[Stored items]
··········

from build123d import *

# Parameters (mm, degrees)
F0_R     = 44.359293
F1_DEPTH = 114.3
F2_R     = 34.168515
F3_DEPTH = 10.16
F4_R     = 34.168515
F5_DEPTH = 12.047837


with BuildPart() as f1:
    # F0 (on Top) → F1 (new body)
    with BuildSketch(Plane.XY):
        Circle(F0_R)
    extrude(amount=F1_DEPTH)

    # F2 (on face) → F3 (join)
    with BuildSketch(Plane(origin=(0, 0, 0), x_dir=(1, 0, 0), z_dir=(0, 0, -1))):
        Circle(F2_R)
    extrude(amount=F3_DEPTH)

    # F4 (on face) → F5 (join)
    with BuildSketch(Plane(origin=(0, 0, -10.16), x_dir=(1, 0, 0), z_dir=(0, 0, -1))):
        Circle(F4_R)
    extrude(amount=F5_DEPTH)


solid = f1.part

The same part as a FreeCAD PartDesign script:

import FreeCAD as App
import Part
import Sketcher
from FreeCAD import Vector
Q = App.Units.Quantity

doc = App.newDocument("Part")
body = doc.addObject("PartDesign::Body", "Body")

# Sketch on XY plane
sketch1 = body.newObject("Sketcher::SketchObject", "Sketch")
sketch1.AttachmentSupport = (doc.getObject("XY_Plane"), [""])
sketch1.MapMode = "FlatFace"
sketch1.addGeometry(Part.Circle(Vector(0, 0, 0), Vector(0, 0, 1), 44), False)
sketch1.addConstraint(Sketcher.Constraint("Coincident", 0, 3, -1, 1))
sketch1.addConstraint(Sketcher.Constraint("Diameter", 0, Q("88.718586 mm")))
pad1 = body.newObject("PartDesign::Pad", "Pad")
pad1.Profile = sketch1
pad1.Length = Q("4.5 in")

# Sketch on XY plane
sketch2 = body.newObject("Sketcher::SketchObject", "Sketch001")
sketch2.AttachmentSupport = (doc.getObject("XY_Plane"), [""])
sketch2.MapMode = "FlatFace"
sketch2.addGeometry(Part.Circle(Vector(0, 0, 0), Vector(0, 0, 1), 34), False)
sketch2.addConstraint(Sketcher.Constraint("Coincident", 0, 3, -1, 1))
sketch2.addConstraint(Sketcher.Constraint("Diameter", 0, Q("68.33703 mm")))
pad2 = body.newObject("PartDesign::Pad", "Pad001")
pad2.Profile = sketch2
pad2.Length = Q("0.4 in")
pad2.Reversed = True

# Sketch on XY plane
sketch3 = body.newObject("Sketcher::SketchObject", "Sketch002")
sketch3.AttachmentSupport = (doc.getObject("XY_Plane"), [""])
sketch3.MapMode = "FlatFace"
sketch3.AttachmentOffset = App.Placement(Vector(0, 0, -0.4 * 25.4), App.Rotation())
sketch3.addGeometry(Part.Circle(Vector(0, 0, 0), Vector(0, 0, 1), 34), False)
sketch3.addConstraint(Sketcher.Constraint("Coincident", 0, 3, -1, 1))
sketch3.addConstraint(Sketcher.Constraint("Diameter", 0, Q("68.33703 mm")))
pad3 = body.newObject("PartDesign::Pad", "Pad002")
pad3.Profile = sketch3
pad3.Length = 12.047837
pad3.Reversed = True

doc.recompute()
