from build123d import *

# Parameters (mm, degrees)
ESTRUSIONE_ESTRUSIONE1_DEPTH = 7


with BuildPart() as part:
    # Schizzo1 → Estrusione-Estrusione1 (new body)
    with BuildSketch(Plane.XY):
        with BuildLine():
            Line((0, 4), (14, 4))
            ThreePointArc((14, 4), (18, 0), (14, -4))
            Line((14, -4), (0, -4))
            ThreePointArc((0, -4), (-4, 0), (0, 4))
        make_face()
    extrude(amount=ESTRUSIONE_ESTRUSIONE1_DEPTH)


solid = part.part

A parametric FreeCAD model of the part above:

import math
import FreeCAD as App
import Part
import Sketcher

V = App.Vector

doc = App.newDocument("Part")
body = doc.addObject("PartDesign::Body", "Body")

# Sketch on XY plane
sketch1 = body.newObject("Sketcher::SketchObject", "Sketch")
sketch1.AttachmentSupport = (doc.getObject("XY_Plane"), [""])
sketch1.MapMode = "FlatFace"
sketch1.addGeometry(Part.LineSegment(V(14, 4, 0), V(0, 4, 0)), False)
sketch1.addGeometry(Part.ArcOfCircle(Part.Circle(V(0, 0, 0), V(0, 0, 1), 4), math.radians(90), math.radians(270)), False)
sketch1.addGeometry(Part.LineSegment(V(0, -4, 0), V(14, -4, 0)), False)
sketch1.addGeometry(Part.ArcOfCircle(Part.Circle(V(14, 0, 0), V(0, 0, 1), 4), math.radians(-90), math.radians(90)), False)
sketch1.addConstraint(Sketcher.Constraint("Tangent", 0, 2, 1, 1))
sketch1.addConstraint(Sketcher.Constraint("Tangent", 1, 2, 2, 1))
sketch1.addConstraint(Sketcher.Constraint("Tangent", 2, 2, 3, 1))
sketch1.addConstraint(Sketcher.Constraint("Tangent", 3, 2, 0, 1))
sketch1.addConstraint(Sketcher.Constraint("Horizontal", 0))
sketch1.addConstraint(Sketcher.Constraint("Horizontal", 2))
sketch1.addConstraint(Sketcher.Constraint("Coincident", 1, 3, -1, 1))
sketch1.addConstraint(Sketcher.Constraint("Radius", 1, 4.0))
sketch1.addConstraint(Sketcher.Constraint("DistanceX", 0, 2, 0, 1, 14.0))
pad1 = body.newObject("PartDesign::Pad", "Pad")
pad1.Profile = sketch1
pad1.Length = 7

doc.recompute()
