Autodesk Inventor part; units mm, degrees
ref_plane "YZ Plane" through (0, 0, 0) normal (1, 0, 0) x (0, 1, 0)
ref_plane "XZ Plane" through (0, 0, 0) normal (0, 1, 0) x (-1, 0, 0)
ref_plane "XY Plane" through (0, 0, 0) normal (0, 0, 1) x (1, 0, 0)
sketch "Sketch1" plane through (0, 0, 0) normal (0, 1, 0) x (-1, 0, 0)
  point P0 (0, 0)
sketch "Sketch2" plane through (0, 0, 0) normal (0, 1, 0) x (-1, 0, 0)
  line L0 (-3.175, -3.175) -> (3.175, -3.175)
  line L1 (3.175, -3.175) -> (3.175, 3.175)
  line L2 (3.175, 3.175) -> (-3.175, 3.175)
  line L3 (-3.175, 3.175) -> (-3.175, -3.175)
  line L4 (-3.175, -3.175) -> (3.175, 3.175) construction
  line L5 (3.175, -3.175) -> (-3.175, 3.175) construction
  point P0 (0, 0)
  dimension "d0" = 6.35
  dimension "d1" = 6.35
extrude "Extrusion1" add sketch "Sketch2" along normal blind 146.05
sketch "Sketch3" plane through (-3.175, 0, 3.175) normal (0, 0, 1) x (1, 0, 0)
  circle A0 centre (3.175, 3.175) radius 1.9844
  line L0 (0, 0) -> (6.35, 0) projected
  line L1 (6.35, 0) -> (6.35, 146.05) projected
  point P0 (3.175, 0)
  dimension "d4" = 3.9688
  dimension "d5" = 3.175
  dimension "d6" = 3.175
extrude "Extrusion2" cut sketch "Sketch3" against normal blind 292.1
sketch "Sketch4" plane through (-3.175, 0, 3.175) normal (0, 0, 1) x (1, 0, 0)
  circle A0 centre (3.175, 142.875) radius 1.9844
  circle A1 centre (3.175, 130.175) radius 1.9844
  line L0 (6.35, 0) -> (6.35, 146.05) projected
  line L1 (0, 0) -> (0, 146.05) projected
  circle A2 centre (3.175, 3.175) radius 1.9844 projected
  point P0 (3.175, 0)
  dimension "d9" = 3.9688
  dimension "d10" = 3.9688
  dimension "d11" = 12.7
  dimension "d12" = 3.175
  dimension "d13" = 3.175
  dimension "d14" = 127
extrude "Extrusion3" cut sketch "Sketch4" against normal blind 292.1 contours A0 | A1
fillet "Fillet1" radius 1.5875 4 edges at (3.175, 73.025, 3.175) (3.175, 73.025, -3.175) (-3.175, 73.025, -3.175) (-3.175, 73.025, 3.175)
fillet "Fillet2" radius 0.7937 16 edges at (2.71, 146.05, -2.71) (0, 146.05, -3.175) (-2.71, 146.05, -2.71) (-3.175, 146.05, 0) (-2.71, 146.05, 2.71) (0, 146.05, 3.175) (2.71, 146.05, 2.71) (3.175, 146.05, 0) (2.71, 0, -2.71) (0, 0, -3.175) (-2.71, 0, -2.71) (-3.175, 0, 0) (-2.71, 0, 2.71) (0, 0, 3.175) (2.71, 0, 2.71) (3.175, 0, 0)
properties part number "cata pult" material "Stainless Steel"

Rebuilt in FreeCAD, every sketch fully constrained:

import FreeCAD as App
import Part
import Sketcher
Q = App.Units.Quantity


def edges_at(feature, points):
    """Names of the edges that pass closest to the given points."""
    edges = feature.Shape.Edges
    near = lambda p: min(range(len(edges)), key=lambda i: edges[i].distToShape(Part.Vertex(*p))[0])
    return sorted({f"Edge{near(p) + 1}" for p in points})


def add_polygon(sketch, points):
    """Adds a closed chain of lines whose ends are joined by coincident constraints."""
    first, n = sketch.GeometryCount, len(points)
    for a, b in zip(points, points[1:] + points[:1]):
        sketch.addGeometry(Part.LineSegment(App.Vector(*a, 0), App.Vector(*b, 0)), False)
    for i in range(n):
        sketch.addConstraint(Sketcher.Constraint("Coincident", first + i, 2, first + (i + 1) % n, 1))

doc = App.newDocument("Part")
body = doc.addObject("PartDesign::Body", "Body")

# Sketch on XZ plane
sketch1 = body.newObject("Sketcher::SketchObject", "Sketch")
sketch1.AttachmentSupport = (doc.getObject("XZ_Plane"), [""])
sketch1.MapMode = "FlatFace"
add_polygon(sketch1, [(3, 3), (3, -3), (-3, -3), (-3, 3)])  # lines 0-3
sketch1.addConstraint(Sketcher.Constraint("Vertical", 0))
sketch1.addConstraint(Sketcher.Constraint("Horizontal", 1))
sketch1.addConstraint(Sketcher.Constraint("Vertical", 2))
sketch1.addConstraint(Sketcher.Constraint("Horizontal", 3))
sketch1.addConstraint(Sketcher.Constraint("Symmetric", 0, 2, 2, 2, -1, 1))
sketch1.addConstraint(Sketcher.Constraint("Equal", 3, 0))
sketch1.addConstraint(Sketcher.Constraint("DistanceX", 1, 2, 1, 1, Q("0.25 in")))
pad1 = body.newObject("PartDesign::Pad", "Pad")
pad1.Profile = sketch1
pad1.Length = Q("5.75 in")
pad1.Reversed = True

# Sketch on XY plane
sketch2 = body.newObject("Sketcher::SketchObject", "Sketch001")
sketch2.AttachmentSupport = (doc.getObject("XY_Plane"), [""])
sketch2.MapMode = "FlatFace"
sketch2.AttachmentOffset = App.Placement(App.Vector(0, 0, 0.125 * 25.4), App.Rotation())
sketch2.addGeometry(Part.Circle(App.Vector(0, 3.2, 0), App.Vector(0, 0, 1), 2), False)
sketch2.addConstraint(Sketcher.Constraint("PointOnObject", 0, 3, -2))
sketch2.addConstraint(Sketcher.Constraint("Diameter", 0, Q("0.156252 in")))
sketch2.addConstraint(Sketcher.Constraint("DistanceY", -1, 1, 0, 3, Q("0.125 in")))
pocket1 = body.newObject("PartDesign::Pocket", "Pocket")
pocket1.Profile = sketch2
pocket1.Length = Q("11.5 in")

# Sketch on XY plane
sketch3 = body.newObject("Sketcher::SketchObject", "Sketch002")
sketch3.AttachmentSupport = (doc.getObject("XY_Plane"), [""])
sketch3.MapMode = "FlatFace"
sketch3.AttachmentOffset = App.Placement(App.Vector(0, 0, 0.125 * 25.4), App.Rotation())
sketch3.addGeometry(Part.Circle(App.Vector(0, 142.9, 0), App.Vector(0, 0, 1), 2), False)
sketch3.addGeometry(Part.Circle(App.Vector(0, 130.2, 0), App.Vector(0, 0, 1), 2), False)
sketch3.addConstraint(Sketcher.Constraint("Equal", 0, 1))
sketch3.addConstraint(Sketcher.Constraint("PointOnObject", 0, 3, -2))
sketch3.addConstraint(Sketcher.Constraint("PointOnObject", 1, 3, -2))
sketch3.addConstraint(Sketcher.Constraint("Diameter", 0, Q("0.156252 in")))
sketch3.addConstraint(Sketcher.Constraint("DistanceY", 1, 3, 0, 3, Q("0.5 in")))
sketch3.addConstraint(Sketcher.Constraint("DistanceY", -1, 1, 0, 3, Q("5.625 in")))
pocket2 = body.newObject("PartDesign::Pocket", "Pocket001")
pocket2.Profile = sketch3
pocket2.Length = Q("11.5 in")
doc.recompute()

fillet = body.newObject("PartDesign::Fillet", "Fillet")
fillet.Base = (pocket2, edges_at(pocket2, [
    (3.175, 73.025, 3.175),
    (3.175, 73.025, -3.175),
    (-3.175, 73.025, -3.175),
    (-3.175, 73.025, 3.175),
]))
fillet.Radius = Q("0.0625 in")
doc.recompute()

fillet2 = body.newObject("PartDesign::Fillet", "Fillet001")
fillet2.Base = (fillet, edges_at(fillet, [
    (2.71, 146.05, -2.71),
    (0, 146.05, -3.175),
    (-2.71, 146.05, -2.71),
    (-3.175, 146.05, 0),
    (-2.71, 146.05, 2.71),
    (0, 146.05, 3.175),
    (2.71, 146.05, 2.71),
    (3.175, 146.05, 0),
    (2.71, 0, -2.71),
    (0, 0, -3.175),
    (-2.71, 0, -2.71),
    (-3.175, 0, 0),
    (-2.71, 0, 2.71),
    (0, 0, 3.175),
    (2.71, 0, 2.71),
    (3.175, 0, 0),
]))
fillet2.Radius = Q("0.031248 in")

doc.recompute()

··········

Prompt:
Reproduce exactly, please, only the lines from the start of the data above to the line that contains "# F4 (on face) → F5 (join)", with both ends kept.

Answer to this exercise:
from build123d import *

# Parameters (mm, degrees)
F0_R     = 44.359293
F1_DEPTH = 114.3
F2_R     = 34.168515
F3_DEPTH = 10.16
F4_R     = 34.168515
F5_DEPTH = 12.047837


with BuildPart() as f1:
    # F0 (on Top) → F1 (new body)
    with BuildSketch(Plane.XY):
        Circle(F0_R)
    extrude(amount=F1_DEPTH)

    # F2 (on face) → F3 (join)
    with BuildSketch(Plane(origin=(0, 0, 0), x_dir=(1, 0, 0), z_dir=(0, 0, -1))):
        Circle(F2_R)
    extrude(amount=F3_DEPTH)

    # F4 (on face) → F5 (join)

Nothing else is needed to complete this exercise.